#### Work order:
A single number is expected: the count of lines in the entries below that contain "amount".

========================================

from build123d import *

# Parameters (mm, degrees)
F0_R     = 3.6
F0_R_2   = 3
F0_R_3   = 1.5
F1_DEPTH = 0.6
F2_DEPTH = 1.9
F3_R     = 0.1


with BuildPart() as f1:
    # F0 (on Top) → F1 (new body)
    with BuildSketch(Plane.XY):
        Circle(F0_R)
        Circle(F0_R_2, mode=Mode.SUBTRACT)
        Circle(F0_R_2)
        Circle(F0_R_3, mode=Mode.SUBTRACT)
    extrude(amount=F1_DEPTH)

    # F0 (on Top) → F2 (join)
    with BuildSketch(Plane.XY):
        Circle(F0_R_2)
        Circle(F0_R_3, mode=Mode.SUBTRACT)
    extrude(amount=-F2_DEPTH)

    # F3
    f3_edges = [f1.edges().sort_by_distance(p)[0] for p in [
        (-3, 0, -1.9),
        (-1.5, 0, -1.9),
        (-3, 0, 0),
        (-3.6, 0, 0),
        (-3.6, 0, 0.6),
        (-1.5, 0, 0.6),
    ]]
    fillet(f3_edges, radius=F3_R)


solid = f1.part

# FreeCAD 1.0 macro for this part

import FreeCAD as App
import Part
import Sketcher

V = App.Vector


def edges_at(feature, points):
    """Names of the edges that pass closest to the given points."""
    edges = feature.Shape.Edges
    near = lambda p: min(range(len(edges)), key=lambda i: edges[i].distToShape(Part.Vertex(*p))[0])
    return sorted({f"Edge{near(p) + 1}" for p in points})

doc = App.newDocument("Part")
body = doc.addObject("PartDesign::Body", "Body")

sketch1 = body.newObject("Sketcher::SketchObject", "Sketch")
sketch1.AttachmentSupport = (doc.getObject("XY_Plane"), [""])
sketch1.MapMode = "FlatFace"
sketch1.addGeometry([
    Part.Circle(V(0, 0, 0), V(0, 0, 1), 3.6),
    Part.Circle(V(0, 0, 0), V(0, 0, 1), 1.5),
], False)
sketch1.addConstraint([
    Sketcher.Constraint("Coincident", 0, 3, -1, 1),
    Sketcher.Constraint("Coincident", 1, 3, -1, 1),
    Sketcher.Constraint("Diameter", 1, 3.0),
    Sketcher.Constraint("Diameter", 0, 7.2),
])
pad1 = body.newObject("PartDesign::Pad", "Pad")
pad1.Profile = sketch1
pad1.Length = 0.6

sketch2 = body.newObject("Sketcher::SketchObject", "Sketch001")
sketch2.AttachmentSupport = (doc.getObject("XY_Plane"), [""])
sketch2.MapMode = "FlatFace"
sketch2.addGeometry([
    Part.Circle(V(0, 0, 0), V(0, 0, 1), 3),
    Part.Circle(V(0, 0, 0), V(0, 0, 1), 1.5),
], False)
sketch2.addConstraint([
    Sketcher.Constraint("Coincident", 0, 3, -1, 1),
    Sketcher.Constraint("Coincident", 1, 3, -1, 1),
    Sketcher.Constraint("Diameter", 0, 6.0),
    Sketcher.Constraint("Diameter", 1, 3.0),
])
pad2 = body.newObject("PartDesign::Pad", "Pad001")
pad2.Profile = sketch2
pad2.Length = 1.9
pad2.Reversed = True
doc.recompute()

fillet = body.newObject("PartDesign::Fillet", "Fillet")
fillet.Base = (pad2, edges_at(pad2, [
    (-3, 0, -1.9),
    (-1.5, 0, -1.9),
    (-3, 0, 0),
    (-3.6, 0, 0),
    (-3.6, 0, 0.6),
    (-1.5, 0, 0.6),
]))
fillet.Radius = 0.1

doc.recompute()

========================================

#### Task result:
2